**Task prompt:** Lines to restate from the data below: from the one containing "f 24 125 25" to the one containing "f 186 187 153", both included. Give them again exactly, and only them.

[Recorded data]
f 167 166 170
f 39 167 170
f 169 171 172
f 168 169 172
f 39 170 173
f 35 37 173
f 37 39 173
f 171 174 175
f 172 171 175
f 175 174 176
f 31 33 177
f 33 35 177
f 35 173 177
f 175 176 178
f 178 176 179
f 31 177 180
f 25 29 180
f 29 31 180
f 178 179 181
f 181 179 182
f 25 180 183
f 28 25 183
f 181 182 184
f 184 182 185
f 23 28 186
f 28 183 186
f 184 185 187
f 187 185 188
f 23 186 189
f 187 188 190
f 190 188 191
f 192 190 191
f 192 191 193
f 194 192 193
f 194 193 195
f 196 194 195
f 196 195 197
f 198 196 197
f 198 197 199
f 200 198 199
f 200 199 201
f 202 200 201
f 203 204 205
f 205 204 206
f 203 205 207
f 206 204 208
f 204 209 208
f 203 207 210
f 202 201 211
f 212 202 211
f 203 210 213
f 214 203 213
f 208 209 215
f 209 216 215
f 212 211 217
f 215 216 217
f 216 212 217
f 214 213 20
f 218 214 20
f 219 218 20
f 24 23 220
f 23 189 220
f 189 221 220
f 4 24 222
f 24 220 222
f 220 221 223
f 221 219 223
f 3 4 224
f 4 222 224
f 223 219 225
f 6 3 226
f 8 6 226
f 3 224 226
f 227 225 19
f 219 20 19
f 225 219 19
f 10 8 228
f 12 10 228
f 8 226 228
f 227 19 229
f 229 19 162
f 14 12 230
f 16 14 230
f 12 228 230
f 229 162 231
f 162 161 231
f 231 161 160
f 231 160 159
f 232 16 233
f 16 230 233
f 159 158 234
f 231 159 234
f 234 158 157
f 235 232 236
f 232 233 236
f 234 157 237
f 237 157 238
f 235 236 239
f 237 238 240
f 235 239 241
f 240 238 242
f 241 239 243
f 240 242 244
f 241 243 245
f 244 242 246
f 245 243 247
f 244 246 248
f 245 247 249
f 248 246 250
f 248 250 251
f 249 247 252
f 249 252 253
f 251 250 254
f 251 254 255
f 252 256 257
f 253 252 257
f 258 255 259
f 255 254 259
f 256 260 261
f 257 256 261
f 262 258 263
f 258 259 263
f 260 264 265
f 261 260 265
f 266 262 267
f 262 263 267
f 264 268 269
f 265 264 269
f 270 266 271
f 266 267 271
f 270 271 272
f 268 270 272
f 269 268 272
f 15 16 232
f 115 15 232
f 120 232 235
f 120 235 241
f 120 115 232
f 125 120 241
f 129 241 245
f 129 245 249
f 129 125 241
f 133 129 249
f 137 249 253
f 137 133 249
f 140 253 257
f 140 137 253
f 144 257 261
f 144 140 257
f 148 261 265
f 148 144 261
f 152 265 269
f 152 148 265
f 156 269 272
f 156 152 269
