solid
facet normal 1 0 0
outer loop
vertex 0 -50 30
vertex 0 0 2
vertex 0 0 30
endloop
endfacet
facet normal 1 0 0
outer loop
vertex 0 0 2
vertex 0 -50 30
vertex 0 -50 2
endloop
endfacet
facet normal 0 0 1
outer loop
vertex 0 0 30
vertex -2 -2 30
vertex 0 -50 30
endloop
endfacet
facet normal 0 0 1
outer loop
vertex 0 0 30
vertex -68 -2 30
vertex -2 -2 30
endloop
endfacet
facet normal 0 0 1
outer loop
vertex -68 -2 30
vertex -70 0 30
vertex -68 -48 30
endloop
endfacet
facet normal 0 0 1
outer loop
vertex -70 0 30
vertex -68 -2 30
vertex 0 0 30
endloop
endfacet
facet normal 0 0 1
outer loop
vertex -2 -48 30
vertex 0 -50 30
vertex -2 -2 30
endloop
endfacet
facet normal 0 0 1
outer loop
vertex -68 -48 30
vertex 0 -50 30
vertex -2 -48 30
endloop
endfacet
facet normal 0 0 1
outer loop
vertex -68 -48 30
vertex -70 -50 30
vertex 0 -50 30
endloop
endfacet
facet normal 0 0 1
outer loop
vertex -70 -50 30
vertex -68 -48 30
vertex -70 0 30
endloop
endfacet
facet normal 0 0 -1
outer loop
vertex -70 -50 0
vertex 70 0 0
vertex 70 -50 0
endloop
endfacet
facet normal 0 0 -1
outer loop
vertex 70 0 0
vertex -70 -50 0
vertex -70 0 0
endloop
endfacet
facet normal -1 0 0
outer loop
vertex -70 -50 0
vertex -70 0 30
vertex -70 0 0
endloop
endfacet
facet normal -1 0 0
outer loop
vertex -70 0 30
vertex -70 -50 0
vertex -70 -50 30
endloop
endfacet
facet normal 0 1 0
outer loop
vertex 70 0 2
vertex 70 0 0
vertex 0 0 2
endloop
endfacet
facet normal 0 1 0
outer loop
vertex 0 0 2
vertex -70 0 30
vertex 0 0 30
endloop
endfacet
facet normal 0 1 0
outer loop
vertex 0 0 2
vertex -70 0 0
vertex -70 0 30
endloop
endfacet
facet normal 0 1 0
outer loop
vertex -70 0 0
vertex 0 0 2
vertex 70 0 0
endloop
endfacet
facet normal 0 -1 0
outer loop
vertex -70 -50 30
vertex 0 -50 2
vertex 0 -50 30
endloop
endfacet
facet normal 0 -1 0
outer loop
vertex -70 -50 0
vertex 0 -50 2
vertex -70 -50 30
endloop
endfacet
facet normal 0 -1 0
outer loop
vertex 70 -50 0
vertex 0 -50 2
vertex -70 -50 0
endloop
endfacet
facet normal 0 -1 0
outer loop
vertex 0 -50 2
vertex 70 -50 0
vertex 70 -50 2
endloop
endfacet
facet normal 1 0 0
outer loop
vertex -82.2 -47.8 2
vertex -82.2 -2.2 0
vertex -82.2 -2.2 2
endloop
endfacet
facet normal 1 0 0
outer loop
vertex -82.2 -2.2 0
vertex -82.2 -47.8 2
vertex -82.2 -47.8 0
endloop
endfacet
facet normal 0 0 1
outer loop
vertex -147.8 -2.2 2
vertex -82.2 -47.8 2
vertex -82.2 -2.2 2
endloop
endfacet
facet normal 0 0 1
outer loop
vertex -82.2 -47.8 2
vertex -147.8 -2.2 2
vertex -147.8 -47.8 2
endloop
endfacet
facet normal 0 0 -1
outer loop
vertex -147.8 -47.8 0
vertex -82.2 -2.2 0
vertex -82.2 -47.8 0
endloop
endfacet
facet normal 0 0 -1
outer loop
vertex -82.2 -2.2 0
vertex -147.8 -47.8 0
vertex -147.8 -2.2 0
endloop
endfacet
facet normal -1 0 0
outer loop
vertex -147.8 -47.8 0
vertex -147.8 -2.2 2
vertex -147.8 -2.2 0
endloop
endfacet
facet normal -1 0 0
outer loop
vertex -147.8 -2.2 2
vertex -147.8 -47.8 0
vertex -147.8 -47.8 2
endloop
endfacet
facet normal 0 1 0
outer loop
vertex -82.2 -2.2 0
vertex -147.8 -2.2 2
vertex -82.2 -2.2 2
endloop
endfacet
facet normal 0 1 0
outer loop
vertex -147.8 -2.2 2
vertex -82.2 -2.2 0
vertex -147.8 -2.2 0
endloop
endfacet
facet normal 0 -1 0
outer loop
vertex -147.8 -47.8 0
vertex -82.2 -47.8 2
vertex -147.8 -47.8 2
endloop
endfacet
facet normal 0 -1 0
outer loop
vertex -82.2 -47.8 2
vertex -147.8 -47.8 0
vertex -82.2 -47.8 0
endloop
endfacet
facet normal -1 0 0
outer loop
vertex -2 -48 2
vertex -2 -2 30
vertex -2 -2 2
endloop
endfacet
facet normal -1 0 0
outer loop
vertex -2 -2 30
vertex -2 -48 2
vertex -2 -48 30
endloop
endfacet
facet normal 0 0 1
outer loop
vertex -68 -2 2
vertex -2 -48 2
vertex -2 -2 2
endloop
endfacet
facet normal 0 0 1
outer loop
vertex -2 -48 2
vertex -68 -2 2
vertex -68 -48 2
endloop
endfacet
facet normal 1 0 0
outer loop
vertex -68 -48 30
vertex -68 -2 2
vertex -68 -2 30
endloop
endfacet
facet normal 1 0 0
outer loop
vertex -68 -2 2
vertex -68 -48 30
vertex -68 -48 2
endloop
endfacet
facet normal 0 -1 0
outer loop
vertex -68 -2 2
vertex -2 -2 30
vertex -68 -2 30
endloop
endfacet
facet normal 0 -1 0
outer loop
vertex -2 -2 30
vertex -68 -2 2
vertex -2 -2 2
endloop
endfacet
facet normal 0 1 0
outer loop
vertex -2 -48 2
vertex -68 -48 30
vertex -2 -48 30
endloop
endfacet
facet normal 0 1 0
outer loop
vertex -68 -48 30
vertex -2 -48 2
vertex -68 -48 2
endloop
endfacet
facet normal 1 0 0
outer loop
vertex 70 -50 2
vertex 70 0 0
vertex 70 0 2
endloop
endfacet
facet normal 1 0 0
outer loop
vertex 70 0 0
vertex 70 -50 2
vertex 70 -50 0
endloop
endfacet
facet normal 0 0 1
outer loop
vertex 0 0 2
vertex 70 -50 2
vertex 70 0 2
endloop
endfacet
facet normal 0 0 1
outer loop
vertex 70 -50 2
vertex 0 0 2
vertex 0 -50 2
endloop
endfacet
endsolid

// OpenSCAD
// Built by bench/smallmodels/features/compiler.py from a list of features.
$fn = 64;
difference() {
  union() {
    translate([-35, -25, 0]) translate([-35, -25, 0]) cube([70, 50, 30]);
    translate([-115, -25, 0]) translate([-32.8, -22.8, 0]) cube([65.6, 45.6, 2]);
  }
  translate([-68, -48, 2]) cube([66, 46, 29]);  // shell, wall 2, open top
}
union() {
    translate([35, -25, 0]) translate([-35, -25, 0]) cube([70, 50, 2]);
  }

...

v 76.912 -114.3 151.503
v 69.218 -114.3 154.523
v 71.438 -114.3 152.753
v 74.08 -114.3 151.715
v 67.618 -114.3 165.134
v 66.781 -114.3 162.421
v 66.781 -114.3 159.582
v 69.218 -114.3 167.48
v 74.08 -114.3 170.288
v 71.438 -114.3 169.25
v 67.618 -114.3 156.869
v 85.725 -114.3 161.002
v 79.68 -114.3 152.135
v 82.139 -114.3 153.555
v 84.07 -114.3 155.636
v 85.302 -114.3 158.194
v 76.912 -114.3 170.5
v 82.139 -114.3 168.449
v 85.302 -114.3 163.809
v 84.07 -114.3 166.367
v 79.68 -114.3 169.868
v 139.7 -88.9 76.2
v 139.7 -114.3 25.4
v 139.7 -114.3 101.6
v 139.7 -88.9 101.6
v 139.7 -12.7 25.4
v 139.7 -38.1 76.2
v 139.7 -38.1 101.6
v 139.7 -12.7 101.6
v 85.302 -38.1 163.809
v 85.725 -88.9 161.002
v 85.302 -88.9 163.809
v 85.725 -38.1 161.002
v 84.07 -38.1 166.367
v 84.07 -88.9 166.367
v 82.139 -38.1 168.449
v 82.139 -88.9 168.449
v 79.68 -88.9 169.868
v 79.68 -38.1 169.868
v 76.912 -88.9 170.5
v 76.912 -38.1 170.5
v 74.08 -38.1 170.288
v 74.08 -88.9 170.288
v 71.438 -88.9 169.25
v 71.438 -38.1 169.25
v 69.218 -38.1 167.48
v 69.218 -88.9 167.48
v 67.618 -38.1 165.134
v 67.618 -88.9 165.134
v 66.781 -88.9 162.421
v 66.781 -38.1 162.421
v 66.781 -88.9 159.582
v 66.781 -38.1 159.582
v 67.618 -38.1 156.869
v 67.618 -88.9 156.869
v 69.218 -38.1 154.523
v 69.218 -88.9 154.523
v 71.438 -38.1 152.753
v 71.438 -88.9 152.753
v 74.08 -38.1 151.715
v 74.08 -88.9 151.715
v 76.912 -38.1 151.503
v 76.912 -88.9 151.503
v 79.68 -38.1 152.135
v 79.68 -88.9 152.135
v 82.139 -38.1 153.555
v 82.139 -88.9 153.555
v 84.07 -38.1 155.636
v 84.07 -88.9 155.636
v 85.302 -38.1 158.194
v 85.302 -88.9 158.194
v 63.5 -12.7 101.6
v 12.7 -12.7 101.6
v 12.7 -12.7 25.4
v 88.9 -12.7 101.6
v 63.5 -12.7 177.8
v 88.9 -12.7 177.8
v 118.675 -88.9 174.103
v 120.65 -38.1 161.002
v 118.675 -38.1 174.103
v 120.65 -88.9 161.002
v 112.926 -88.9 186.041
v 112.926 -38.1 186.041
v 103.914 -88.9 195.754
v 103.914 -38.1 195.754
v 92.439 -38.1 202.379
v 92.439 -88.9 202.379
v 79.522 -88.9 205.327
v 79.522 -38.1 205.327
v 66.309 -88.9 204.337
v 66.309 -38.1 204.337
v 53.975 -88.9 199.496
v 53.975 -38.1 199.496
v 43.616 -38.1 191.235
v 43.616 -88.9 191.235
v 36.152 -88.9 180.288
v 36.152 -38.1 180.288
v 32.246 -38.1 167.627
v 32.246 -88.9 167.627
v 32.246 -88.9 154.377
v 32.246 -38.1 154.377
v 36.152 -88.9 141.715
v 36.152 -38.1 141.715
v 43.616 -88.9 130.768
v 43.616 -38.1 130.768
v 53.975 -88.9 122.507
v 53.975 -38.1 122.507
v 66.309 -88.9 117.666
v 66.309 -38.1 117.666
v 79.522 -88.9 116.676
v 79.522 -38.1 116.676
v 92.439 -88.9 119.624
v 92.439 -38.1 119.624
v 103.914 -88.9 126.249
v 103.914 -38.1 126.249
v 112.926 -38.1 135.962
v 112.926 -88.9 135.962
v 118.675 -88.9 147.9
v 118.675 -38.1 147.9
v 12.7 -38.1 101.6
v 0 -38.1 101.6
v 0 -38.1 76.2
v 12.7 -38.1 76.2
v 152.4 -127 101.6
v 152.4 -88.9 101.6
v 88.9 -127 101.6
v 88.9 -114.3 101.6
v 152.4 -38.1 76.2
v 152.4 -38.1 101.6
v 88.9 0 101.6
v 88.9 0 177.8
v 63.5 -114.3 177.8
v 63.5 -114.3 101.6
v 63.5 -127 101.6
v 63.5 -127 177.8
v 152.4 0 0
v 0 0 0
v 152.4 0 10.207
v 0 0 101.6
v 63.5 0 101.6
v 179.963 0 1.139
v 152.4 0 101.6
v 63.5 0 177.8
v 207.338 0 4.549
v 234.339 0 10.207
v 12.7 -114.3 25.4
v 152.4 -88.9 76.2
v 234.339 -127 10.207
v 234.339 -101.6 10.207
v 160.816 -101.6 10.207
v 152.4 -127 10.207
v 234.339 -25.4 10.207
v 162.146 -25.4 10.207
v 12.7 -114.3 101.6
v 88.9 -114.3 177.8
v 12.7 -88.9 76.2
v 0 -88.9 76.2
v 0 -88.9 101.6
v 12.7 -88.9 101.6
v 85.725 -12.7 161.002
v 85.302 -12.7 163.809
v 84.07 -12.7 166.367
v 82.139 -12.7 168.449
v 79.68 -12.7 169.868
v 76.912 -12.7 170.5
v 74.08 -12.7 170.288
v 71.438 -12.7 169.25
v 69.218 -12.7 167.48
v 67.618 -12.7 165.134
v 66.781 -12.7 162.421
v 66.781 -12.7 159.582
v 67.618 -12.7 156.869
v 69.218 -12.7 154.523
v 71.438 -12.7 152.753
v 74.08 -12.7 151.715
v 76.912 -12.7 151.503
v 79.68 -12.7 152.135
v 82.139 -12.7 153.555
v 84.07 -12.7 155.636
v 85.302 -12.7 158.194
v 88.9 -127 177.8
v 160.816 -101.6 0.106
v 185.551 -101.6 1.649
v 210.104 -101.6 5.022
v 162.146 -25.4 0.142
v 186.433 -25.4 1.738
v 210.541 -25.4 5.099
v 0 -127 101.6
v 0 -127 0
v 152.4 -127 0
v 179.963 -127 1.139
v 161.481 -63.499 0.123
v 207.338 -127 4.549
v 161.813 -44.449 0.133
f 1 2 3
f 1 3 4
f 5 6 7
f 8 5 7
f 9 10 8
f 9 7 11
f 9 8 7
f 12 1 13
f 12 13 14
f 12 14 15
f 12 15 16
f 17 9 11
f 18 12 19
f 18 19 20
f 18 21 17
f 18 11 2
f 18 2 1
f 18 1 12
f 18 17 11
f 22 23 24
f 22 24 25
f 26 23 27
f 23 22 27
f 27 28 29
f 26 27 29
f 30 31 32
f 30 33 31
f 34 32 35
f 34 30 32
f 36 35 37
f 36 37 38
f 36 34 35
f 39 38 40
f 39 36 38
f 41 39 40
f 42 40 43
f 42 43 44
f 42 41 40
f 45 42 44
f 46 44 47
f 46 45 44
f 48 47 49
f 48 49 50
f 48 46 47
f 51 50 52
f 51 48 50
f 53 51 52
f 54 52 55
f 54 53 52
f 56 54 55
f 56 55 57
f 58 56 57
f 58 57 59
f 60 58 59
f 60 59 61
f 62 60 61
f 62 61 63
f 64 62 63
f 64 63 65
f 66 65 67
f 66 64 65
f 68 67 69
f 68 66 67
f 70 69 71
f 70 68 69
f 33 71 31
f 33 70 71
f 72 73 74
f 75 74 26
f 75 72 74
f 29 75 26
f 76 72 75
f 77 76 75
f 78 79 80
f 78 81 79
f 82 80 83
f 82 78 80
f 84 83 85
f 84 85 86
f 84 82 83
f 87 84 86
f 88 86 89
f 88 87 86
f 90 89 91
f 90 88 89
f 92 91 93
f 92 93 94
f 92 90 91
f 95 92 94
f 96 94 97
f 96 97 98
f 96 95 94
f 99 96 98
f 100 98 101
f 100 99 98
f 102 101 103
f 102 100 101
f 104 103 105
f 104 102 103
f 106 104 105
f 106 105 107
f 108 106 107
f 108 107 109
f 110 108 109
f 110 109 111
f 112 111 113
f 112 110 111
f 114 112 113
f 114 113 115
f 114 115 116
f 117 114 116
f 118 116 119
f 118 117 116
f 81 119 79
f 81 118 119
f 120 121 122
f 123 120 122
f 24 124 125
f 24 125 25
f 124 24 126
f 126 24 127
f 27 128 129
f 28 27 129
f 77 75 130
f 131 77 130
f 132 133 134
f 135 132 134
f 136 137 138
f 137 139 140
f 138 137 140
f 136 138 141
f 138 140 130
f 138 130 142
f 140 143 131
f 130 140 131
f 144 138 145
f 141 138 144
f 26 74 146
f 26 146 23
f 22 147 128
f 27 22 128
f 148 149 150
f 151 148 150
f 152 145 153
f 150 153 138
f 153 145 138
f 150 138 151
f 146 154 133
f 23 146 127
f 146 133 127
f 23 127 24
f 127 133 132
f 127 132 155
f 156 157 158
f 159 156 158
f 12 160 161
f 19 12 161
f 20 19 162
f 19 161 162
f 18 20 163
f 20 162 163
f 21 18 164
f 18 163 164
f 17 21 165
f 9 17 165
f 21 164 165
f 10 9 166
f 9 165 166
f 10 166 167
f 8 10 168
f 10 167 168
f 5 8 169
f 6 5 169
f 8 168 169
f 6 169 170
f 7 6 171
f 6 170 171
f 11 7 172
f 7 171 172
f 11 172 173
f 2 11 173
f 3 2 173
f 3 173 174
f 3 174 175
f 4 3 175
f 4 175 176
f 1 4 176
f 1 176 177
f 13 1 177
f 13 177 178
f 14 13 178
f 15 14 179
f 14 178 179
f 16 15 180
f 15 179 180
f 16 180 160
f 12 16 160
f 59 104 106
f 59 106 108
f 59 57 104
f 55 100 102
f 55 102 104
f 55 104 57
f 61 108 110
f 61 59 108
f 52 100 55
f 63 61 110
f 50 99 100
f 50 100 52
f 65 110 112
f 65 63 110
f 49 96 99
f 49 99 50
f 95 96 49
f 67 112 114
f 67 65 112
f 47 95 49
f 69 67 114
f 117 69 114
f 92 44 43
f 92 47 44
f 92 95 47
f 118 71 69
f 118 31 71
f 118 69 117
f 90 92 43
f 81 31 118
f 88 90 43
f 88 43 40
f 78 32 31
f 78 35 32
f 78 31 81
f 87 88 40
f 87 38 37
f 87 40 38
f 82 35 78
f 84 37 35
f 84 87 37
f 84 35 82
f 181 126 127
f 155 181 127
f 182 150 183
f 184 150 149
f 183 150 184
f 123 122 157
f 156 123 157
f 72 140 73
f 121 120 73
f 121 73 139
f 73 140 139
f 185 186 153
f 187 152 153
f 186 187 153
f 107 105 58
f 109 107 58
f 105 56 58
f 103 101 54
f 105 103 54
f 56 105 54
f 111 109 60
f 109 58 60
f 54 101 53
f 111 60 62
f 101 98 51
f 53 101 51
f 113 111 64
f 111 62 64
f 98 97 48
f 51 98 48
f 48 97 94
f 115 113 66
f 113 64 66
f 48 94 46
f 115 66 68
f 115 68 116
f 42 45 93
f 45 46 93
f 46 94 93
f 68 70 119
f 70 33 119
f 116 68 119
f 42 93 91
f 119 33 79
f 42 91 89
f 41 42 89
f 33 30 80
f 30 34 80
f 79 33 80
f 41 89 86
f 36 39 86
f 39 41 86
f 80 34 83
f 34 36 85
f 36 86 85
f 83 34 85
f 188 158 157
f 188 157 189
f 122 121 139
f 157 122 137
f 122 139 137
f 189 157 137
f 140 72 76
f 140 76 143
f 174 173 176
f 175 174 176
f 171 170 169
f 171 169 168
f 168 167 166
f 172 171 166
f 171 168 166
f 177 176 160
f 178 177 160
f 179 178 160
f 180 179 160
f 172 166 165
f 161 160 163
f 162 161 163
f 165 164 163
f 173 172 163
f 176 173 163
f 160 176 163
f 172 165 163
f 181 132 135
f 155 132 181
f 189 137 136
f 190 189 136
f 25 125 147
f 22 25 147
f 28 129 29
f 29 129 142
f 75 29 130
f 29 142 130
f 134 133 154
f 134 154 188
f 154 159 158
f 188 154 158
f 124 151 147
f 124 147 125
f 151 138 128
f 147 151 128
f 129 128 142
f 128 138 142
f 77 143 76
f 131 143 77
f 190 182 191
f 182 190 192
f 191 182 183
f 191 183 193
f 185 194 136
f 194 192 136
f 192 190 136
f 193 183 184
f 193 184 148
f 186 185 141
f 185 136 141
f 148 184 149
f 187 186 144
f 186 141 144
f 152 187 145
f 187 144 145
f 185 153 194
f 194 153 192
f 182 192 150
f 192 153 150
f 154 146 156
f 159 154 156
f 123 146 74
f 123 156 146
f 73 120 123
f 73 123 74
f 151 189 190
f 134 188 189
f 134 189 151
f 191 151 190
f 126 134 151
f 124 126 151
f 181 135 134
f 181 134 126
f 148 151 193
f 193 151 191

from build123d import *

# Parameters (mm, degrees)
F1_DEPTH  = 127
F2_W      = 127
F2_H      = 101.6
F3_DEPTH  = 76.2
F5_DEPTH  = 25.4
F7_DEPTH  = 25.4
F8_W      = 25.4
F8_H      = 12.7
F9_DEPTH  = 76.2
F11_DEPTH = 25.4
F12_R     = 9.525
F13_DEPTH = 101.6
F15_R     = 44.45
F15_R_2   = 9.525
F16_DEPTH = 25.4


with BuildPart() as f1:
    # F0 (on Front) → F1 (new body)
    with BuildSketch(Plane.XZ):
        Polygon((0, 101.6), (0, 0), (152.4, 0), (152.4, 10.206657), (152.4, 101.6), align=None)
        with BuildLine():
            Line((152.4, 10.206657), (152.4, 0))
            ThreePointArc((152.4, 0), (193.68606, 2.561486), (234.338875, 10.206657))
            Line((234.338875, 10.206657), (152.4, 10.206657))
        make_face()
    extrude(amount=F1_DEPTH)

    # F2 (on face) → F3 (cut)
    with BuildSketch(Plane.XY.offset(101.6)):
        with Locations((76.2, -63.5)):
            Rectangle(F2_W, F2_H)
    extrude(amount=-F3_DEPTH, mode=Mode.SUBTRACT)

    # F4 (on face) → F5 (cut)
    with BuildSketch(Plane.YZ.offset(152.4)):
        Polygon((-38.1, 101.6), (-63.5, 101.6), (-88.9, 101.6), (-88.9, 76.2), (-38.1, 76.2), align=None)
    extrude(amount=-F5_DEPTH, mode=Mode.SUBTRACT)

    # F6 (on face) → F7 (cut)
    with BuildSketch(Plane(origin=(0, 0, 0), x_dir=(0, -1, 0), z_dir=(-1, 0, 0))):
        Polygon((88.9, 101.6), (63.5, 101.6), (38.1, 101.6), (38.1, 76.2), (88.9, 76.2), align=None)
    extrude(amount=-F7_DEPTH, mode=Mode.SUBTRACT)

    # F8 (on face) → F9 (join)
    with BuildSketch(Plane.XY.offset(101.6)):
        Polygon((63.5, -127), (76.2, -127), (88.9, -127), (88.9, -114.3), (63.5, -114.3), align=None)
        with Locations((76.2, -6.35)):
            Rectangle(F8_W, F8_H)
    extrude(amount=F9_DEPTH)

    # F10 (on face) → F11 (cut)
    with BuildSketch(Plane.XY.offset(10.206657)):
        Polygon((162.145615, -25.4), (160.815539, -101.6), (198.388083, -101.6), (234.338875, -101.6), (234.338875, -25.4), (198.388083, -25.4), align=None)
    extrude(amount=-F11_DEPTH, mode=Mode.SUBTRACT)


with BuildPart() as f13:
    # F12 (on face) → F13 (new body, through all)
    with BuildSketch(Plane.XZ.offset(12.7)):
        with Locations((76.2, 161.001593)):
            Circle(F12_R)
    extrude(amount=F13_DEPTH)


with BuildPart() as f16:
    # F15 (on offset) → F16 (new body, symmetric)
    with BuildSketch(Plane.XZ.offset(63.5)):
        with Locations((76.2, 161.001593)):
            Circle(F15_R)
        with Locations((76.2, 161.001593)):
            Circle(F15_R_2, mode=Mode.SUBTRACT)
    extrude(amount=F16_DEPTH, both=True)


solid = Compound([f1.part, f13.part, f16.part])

**Exercise output:**
f 24 125 25
f 124 24 126
f 126 24 127
f 27 128 129
f 28 27 129
f 77 75 130
f 131 77 130
f 132 133 134
f 135 132 134
f 136 137 138
f 137 139 140
f 138 137 140
f 136 138 141
f 138 140 130
f 138 130 142
f 140 143 131
f 130 140 131
f 144 138 145
f 141 138 144
f 26 74 146
f 26 146 23
f 22 147 128
f 27 22 128
f 148 149 150
f 151 148 150
f 152 145 153
f 150 153 138
f 153 145 138
f 150 138 151
f 146 154 133
f 23 146 127
f 146 133 127
f 23 127 24
f 127 133 132
f 127 132 155
f 156 157 158
f 159 156 158
f 12 160 161
f 19 12 161
f 20 19 162
f 19 161 162
f 18 20 163
f 20 162 163
f 21 18 164
f 18 163 164
f 17 21 165
f 9 17 165
f 21 164 165
f 10 9 166
f 9 165 166
f 10 166 167
f 8 10 168
f 10 167 168
f 5 8 169
f 6 5 169
f 8 168 169
f 6 169 170
f 7 6 171
f 6 170 171
f 11 7 172
f 7 171 172
f 11 172 173
f 2 11 173
f 3 2 173
f 3 173 174
f 3 174 175
f 4 3 175
f 4 175 176
f 1 4 176
f 1 176 177
f 13 1 177
f 13 177 178
f 14 13 178
f 15 14 179
f 14 178 179
f 16 15 180
f 15 179 180
f 16 180 160
f 12 16 160
f 59 104 106
f 59 106 108
f 59 57 104
f 55 100 102
f 55 102 104
f 55 104 57
f 61 108 110
f 61 59 108
f 52 100 55
f 63 61 110
f 50 99 100
f 50 100 52
f 65 110 112
f 65 63 110
f 49 96 99
f 49 99 50
f 95 96 49
f 67 112 114
f 67 65 112
f 47 95 49
f 69 67 114
f 117 69 114
f 92 44 43
f 92 47 44
f 92 95 47
f 118 71 69
f 118 31 71
f 118 69 117
f 90 92 43
f 81 31 118
f 88 90 43
f 88 43 40
f 78 32 31
f 78 35 32
f 78 31 81
f 87 88 40
f 87 38 37
f 87 40 38
f 82 35 78
f 84 37 35
f 84 87 37
f 84 35 82
f 181 126 127
f 155 181 127
f 182 150 183
f 184 150 149
f 183 150 184
f 123 122 157
f 156 123 157
f 72 140 73
f 121 120 73
f 121 73 139
f 73 140 139
f 185 186 153
f 187 152 153
f 186 187 153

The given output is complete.